- _Work instruction_
Using the listing below, set down exactly the lines starting at the line that contains "# Parameters (mm, degrees)" and ending at the line that contains "Circle(SKETCH1_R)", both included, and no others.

- _Material provided_

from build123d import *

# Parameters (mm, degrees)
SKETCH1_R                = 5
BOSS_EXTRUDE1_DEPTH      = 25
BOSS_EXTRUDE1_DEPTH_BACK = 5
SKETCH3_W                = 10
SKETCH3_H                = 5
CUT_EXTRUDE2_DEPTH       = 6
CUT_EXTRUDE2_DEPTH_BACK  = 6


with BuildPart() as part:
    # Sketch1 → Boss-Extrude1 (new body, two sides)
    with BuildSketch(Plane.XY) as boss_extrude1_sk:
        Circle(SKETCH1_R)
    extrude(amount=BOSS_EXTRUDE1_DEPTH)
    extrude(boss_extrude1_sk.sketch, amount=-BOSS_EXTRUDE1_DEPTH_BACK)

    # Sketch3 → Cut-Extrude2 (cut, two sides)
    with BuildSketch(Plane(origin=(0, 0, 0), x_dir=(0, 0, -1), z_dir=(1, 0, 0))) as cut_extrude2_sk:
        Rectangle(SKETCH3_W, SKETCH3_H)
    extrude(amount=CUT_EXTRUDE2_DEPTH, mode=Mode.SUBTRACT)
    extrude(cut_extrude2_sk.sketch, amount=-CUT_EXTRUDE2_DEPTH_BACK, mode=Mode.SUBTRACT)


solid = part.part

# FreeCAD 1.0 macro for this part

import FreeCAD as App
import Part
import Sketcher
Q = App.Units.Quantity

doc = App.newDocument("Part")
body = doc.addObject("PartDesign::Body", "Body")

# Sketch on XY plane
sketch1 = body.newObject("Sketcher::SketchObject", "Sketch")
sketch1.AttachmentSupport = (doc.getObject("XY_Plane"), [""])
sketch1.MapMode = "FlatFace"
sketch1.addGeometry(Part.Circle(App.Vector(0, 0, 0), App.Vector(0, 0, 1), 5), False)
sketch1.addConstraint(Sketcher.Constraint("Coincident", 0, 3, -1, 1))
sketch1.addConstraint(Sketcher.Constraint("Diameter", 0, Q("10 mm")))
pad1 = body.newObject("PartDesign::Pad", "Pad")
pad1.Profile = sketch1
pad1.Type = "TwoLengths"
pad1.Length = 25
pad1.Length2 = 5

# Sketch on YZ plane
sketch2 = body.newObject("Sketcher::SketchObject", "Sketch001")
sketch2.AttachmentSupport = (doc.getObject("YZ_Plane"), [""])
sketch2.MapMode = "FlatFace"
sketch2.addGeometry(Part.LineSegment(App.Vector(2, 5, 0), App.Vector(-2, 5, 0)), False)
sketch2.addGeometry(Part.LineSegment(App.Vector(-2, 5, 0), App.Vector(-2, -5, 0)), False)
sketch2.addGeometry(Part.LineSegment(App.Vector(-2, -5, 0), App.Vector(2, -5, 0)), False)
sketch2.addGeometry(Part.LineSegment(App.Vector(2, -5, 0), App.Vector(2, 5, 0)), False)
sketch2.addConstraint(Sketcher.Constraint("Coincident", 0, 2, 1, 1))
sketch2.addConstraint(Sketcher.Constraint("Coincident", 1, 2, 2, 1))
sketch2.addConstraint(Sketcher.Constraint("Coincident", 2, 2, 3, 1))
sketch2.addConstraint(Sketcher.Constraint("Coincident", 3, 2, 0, 1))
sketch2.addConstraint(Sketcher.Constraint("Horizontal", 0))
sketch2.addConstraint(Sketcher.Constraint("Vertical", 1))
sketch2.addConstraint(Sketcher.Constraint("Horizontal", 2))
sketch2.addConstraint(Sketcher.Constraint("Vertical", 3))
sketch2.addConstraint(Sketcher.Constraint("Symmetric", 0, 2, 2, 2, -1, 1))
sketch2.addConstraint(Sketcher.Constraint("DistanceX", 0, 2, 0, 1, Q("5 mm")))
sketch2.addConstraint(Sketcher.Constraint("DistanceY", 1, 2, 1, 1, Q("10 mm")))
pocket1 = body.newObject("PartDesign::Pocket", "Pocket")
pocket1.Profile = sketch2
pocket1.Type = "ThroughAll"
pocket1.Midplane = True

doc.recompute()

- _Written response_
# Parameters (mm, degrees)
SKETCH1_R                = 5
BOSS_EXTRUDE1_DEPTH      = 25
BOSS_EXTRUDE1_DEPTH_BACK = 5
SKETCH3_W                = 10
SKETCH3_H                = 5
CUT_EXTRUDE2_DEPTH       = 6
CUT_EXTRUDE2_DEPTH_BACK  = 6


with BuildPart() as part:
    # Sketch1 → Boss-Extrude1 (new body, two sides)
    with BuildSketch(Plane.XY) as boss_extrude1_sk:
        Circle(SKETCH1_R)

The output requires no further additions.